**What to work on**
Print the lines that run from the line with "v 12.7 164.846 -17.349" to the line with "v 0 177.546 -19.05", keeping both end lines, exactly as they appear in the entries below, and nothing else.

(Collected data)
* * * * * * * * *
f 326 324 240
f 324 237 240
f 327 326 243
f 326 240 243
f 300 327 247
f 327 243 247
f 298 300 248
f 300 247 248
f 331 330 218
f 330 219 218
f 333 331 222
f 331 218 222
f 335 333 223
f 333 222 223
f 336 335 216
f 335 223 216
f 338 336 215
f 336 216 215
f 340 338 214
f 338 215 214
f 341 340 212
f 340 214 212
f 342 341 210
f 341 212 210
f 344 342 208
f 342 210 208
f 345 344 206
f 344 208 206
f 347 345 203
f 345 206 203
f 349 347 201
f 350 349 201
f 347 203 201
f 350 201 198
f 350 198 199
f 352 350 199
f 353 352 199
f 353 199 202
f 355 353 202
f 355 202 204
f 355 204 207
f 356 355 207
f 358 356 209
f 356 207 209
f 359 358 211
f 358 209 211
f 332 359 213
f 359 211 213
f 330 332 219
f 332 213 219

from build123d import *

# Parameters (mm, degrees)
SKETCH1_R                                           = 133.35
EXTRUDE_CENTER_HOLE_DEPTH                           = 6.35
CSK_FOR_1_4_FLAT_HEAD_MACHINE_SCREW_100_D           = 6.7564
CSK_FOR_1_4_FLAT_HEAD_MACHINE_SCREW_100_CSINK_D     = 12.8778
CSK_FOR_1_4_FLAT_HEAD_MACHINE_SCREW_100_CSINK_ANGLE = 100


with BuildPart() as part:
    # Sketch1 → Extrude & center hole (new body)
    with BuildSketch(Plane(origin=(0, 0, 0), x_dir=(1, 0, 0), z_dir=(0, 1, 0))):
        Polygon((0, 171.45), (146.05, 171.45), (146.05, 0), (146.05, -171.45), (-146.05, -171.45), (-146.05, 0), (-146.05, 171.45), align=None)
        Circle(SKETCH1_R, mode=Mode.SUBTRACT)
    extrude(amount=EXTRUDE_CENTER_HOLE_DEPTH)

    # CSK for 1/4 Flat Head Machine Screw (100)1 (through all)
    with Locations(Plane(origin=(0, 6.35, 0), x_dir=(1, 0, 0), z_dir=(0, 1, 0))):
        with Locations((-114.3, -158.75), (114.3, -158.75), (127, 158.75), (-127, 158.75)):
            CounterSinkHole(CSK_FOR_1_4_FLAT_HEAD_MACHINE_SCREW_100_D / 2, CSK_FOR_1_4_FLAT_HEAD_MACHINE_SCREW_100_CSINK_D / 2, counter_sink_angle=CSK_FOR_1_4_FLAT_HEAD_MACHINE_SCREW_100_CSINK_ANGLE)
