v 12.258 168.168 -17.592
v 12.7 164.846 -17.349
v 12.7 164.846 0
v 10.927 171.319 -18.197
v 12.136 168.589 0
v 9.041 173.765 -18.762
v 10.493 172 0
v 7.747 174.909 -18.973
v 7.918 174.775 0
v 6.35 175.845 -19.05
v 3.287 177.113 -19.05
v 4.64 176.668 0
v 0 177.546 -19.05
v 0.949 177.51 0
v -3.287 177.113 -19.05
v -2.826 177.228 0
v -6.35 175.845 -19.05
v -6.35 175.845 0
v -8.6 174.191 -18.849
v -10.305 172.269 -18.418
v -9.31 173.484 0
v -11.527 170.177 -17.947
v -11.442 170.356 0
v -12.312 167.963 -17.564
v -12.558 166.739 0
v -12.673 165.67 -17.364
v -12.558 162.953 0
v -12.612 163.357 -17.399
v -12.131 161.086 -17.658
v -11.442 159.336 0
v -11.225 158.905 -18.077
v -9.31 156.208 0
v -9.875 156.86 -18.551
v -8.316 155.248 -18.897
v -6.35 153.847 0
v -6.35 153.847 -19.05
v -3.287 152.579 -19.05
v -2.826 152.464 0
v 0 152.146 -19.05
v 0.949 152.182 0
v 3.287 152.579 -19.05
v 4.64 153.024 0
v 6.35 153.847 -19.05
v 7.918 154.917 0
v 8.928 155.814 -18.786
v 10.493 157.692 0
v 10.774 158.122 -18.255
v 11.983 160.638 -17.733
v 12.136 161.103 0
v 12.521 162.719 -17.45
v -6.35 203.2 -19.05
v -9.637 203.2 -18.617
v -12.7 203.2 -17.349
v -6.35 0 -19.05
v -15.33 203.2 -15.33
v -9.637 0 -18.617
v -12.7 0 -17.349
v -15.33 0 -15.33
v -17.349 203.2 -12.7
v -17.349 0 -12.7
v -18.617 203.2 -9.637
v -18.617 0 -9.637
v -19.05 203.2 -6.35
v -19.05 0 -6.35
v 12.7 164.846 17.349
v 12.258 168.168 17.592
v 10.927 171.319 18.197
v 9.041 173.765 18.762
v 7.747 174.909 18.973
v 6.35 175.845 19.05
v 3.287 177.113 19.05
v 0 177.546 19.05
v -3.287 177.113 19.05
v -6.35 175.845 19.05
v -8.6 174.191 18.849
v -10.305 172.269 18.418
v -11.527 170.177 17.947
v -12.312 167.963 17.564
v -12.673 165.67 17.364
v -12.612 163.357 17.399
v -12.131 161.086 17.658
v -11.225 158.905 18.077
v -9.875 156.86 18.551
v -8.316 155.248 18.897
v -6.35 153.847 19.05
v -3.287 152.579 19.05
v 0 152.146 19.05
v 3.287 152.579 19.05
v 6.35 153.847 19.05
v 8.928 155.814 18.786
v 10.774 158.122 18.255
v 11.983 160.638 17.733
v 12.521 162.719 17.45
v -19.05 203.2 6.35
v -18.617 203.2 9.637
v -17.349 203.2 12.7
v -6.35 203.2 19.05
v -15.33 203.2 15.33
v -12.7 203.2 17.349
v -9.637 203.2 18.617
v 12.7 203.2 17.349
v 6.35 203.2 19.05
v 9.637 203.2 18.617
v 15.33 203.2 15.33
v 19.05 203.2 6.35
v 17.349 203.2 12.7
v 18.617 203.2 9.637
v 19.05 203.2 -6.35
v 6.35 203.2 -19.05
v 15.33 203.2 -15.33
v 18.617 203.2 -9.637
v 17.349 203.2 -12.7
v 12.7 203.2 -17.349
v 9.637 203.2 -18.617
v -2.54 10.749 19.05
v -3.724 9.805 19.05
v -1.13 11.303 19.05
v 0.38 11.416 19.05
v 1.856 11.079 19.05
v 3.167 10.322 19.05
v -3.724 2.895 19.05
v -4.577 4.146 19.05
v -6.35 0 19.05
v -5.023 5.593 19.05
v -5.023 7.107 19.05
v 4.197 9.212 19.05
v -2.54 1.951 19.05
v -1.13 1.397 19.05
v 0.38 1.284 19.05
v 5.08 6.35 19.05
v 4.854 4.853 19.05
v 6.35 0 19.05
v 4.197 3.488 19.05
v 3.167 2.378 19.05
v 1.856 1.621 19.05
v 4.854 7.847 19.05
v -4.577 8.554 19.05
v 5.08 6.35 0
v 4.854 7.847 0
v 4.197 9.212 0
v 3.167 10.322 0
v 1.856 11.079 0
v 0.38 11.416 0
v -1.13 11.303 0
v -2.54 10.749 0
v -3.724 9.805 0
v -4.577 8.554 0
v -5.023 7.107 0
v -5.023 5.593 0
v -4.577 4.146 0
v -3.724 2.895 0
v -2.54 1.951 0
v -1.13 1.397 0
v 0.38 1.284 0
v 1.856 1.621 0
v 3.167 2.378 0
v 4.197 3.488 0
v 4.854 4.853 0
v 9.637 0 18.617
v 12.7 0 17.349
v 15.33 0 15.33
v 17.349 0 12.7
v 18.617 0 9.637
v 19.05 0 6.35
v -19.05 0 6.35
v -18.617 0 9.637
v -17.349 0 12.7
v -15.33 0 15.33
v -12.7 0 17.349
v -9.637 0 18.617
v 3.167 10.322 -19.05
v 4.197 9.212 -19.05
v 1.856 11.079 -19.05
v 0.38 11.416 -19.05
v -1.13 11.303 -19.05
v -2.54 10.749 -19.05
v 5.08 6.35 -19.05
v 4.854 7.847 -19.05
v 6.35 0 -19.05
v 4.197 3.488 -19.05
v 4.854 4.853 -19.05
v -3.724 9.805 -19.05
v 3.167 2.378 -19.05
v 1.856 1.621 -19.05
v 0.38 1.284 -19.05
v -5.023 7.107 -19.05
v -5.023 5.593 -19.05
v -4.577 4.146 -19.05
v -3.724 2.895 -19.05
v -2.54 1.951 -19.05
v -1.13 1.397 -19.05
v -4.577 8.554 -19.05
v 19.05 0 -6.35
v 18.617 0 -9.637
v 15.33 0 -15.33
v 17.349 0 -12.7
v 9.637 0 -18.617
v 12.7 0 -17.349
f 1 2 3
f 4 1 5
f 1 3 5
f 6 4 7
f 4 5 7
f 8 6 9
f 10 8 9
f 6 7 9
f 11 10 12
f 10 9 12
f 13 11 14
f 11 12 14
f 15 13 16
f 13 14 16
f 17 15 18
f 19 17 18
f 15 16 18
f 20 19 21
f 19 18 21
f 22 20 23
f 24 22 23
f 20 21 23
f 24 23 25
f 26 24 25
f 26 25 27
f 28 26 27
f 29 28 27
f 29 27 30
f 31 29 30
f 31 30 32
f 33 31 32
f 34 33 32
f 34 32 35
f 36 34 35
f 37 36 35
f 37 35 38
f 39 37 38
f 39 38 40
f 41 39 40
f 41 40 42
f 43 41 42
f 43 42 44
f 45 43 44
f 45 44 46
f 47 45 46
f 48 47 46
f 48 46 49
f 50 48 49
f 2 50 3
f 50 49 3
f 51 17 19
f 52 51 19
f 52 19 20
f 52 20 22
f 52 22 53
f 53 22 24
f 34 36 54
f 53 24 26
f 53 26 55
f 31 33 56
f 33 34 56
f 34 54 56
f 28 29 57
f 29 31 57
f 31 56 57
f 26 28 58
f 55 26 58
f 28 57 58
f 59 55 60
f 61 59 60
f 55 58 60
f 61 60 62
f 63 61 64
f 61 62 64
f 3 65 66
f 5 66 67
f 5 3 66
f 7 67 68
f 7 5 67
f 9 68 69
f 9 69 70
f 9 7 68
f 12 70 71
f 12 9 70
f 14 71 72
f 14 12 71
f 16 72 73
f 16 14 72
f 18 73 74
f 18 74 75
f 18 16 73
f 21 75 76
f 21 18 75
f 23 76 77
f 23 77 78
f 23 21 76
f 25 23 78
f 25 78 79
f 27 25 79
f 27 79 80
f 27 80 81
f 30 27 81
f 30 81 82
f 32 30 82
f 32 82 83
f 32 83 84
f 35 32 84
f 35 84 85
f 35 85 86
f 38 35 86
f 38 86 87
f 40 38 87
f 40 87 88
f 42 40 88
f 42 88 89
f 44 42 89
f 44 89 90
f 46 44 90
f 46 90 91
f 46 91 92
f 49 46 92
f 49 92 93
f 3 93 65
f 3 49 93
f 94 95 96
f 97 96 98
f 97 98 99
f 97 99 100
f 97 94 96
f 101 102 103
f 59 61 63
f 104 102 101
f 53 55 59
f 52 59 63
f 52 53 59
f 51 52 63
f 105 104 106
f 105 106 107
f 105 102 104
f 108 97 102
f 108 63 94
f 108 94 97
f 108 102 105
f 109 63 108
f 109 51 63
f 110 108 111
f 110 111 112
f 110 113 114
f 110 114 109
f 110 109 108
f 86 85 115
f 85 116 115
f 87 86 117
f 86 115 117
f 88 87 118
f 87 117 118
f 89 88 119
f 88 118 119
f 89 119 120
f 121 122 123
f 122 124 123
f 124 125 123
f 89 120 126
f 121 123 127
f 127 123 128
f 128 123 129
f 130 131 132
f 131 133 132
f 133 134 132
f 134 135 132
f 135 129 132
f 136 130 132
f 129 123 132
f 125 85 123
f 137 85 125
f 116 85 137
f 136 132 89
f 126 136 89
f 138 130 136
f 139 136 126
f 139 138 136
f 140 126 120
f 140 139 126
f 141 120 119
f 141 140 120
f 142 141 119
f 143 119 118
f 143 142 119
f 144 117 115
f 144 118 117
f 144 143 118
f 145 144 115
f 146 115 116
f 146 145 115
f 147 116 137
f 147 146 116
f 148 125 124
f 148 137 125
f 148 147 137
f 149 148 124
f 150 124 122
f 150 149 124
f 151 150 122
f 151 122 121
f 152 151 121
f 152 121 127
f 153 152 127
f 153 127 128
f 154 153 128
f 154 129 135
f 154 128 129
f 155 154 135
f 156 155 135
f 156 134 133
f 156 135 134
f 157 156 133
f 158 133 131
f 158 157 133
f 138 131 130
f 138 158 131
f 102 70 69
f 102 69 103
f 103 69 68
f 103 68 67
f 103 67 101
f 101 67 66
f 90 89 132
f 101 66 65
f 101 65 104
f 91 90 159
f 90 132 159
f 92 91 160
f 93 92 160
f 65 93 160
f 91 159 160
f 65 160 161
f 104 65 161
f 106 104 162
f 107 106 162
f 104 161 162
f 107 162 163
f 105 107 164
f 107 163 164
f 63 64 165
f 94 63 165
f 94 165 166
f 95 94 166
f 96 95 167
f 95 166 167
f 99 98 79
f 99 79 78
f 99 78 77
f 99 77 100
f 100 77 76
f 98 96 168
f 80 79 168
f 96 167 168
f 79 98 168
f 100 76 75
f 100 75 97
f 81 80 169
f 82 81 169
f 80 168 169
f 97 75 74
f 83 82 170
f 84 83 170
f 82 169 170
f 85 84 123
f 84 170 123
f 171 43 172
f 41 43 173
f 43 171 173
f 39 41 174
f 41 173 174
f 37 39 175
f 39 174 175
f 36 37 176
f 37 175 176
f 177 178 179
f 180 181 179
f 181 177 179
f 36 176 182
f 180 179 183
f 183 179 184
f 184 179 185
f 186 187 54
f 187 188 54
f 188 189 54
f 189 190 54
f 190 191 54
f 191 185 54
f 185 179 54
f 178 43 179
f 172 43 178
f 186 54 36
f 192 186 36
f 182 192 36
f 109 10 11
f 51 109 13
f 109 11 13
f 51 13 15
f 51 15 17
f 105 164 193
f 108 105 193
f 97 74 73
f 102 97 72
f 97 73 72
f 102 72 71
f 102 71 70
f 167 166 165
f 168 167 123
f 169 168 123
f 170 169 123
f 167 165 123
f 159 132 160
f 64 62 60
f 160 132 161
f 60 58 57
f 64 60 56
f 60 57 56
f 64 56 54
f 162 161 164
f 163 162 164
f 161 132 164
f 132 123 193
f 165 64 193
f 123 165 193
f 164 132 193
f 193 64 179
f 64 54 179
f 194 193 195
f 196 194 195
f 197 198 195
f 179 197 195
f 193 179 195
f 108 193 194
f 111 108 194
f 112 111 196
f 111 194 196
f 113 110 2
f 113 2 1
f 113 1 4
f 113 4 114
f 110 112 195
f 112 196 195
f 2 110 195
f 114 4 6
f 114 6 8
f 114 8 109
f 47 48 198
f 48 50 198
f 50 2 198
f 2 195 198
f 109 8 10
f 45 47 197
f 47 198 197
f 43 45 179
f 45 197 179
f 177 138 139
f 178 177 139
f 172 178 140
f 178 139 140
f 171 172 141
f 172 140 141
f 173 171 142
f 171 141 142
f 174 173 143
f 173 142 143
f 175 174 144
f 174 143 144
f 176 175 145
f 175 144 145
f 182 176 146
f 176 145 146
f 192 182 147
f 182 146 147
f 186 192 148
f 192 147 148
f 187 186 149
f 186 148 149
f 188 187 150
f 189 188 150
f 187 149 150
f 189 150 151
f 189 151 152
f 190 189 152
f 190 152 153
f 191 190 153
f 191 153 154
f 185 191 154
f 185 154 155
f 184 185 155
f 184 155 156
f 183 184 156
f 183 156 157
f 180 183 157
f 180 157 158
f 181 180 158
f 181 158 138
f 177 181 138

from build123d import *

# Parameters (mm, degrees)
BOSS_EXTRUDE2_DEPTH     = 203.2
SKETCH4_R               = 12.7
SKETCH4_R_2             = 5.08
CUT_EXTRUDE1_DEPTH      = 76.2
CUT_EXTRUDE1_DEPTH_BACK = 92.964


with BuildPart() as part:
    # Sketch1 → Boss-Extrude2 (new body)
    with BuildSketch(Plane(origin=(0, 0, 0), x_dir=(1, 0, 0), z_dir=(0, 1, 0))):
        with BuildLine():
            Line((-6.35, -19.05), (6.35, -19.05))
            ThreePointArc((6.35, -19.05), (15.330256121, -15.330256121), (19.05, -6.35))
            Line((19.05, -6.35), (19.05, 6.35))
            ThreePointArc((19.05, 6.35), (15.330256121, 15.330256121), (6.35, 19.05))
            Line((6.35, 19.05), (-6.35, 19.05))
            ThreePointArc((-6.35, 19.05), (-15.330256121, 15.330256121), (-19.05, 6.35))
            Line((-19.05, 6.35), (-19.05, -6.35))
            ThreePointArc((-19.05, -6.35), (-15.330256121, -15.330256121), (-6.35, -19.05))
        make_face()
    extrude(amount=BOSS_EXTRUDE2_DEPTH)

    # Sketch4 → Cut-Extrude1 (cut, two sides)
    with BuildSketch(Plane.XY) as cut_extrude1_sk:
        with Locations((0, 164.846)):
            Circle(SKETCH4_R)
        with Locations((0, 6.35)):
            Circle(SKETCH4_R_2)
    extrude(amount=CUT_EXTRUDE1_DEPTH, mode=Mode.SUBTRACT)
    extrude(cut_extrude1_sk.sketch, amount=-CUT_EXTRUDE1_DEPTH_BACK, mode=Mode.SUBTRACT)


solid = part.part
* * * * * * * * *
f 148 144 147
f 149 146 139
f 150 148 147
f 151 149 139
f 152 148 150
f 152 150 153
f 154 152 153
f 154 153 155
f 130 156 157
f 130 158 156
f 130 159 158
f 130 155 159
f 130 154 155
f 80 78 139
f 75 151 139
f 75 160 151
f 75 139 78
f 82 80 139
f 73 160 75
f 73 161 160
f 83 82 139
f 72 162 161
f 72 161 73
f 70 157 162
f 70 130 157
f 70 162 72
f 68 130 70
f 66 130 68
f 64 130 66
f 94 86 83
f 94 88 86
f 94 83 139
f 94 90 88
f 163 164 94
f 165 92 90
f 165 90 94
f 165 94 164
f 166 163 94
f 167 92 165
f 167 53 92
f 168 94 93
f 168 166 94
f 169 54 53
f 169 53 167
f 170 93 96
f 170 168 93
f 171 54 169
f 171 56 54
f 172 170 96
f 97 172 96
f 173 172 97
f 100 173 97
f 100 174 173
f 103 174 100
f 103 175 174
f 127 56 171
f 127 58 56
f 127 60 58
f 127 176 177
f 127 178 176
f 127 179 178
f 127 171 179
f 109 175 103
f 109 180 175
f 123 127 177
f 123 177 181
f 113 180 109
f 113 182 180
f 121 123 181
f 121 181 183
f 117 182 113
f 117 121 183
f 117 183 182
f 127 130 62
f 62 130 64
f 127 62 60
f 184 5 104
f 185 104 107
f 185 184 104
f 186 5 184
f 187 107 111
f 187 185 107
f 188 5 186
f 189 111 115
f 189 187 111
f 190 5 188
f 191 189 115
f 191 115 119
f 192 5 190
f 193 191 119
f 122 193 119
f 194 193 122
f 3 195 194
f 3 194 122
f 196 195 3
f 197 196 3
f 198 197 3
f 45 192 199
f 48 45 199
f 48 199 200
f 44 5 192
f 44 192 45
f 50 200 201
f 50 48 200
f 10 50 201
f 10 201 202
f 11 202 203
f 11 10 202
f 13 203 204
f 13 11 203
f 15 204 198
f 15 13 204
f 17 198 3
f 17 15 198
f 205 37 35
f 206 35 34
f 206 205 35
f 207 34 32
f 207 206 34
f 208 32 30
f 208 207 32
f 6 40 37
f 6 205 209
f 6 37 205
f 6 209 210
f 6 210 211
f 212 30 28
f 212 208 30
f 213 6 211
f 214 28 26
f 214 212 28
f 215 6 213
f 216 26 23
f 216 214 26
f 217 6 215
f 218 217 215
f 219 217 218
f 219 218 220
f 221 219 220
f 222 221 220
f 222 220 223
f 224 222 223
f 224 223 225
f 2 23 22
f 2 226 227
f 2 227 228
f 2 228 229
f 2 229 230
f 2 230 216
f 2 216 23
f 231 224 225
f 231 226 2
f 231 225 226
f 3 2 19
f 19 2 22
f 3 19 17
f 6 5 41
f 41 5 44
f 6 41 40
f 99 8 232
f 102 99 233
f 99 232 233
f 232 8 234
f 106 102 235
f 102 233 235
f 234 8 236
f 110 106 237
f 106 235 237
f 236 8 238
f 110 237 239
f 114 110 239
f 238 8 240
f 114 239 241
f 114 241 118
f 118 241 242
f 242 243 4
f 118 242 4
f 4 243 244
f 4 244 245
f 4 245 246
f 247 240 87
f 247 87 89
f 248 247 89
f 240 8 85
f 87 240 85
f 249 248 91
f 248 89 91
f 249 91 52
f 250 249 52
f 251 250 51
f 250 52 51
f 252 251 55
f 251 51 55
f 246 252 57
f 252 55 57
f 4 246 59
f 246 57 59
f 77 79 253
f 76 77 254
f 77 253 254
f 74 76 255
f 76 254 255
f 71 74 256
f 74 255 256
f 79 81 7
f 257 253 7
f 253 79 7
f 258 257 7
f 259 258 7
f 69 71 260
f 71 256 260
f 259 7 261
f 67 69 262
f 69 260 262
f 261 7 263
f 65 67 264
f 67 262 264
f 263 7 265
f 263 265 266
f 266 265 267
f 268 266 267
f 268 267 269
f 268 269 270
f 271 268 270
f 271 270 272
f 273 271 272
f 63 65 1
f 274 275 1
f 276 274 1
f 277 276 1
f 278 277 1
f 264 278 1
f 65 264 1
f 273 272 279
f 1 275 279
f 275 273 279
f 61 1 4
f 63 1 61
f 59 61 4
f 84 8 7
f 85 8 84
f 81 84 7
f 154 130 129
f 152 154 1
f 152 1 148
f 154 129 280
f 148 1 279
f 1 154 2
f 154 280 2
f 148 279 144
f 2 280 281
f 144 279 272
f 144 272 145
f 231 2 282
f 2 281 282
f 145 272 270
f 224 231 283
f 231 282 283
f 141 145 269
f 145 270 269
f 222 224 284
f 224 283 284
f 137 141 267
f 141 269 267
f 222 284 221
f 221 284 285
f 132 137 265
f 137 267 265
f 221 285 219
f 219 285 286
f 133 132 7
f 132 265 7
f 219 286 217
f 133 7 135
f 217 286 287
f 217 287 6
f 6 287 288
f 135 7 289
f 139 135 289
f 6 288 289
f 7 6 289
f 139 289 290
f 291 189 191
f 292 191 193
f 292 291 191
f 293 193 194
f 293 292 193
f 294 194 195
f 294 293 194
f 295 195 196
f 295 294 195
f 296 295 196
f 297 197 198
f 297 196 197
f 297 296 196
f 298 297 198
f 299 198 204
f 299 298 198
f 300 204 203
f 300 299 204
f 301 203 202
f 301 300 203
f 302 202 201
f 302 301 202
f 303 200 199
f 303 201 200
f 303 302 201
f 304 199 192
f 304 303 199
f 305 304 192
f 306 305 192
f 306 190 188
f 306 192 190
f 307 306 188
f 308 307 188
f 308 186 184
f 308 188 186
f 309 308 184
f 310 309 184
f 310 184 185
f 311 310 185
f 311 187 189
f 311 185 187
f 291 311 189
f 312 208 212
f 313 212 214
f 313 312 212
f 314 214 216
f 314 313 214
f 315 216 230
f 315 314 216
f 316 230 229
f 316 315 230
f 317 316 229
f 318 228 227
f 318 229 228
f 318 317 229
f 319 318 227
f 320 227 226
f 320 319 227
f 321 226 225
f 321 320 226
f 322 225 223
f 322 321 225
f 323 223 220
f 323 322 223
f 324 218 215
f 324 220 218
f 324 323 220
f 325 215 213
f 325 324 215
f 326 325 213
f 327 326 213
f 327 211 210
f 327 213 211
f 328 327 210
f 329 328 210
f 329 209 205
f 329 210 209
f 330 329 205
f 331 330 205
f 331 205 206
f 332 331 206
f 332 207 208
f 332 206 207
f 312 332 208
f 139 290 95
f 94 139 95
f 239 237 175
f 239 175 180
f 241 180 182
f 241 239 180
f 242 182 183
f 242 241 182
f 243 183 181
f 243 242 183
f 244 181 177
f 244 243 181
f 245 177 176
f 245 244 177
* * * * * * * * *
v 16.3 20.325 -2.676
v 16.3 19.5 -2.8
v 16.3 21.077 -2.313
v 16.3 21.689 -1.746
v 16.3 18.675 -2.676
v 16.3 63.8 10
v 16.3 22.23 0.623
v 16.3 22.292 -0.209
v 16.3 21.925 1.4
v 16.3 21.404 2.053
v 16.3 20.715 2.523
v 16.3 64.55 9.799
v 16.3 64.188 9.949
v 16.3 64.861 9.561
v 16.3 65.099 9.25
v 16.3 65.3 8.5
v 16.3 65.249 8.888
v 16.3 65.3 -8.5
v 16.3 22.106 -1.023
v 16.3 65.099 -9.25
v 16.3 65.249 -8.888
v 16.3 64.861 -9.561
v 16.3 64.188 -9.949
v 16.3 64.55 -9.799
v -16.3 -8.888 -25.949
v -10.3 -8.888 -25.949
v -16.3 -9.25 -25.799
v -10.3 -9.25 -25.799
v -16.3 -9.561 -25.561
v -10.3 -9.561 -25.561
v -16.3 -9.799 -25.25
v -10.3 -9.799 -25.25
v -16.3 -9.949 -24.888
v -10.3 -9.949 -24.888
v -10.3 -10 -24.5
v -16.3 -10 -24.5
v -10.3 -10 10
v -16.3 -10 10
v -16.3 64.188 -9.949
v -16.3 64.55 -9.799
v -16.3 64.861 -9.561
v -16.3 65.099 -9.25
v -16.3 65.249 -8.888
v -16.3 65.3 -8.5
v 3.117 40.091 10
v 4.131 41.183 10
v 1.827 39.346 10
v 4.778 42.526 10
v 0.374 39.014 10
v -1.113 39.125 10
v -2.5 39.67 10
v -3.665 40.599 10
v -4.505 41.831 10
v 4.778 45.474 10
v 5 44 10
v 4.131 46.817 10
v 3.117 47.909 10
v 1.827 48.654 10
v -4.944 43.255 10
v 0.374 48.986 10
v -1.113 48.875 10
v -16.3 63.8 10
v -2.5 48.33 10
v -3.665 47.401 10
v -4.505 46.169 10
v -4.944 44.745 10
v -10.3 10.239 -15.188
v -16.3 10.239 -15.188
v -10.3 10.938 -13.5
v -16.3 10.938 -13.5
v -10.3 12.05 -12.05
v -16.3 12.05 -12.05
* * * * * * * * *
**Response area**
v 12.7 164.846 -17.349
v 12.7 164.846 0
v 10.927 171.319 -18.197
v 12.136 168.589 0
v 9.041 173.765 -18.762
v 10.493 172 0
v 7.747 174.909 -18.973
v 7.918 174.775 0
v 6.35 175.845 -19.05
v 3.287 177.113 -19.05
v 4.64 176.668 0
v 0 177.546 -19.05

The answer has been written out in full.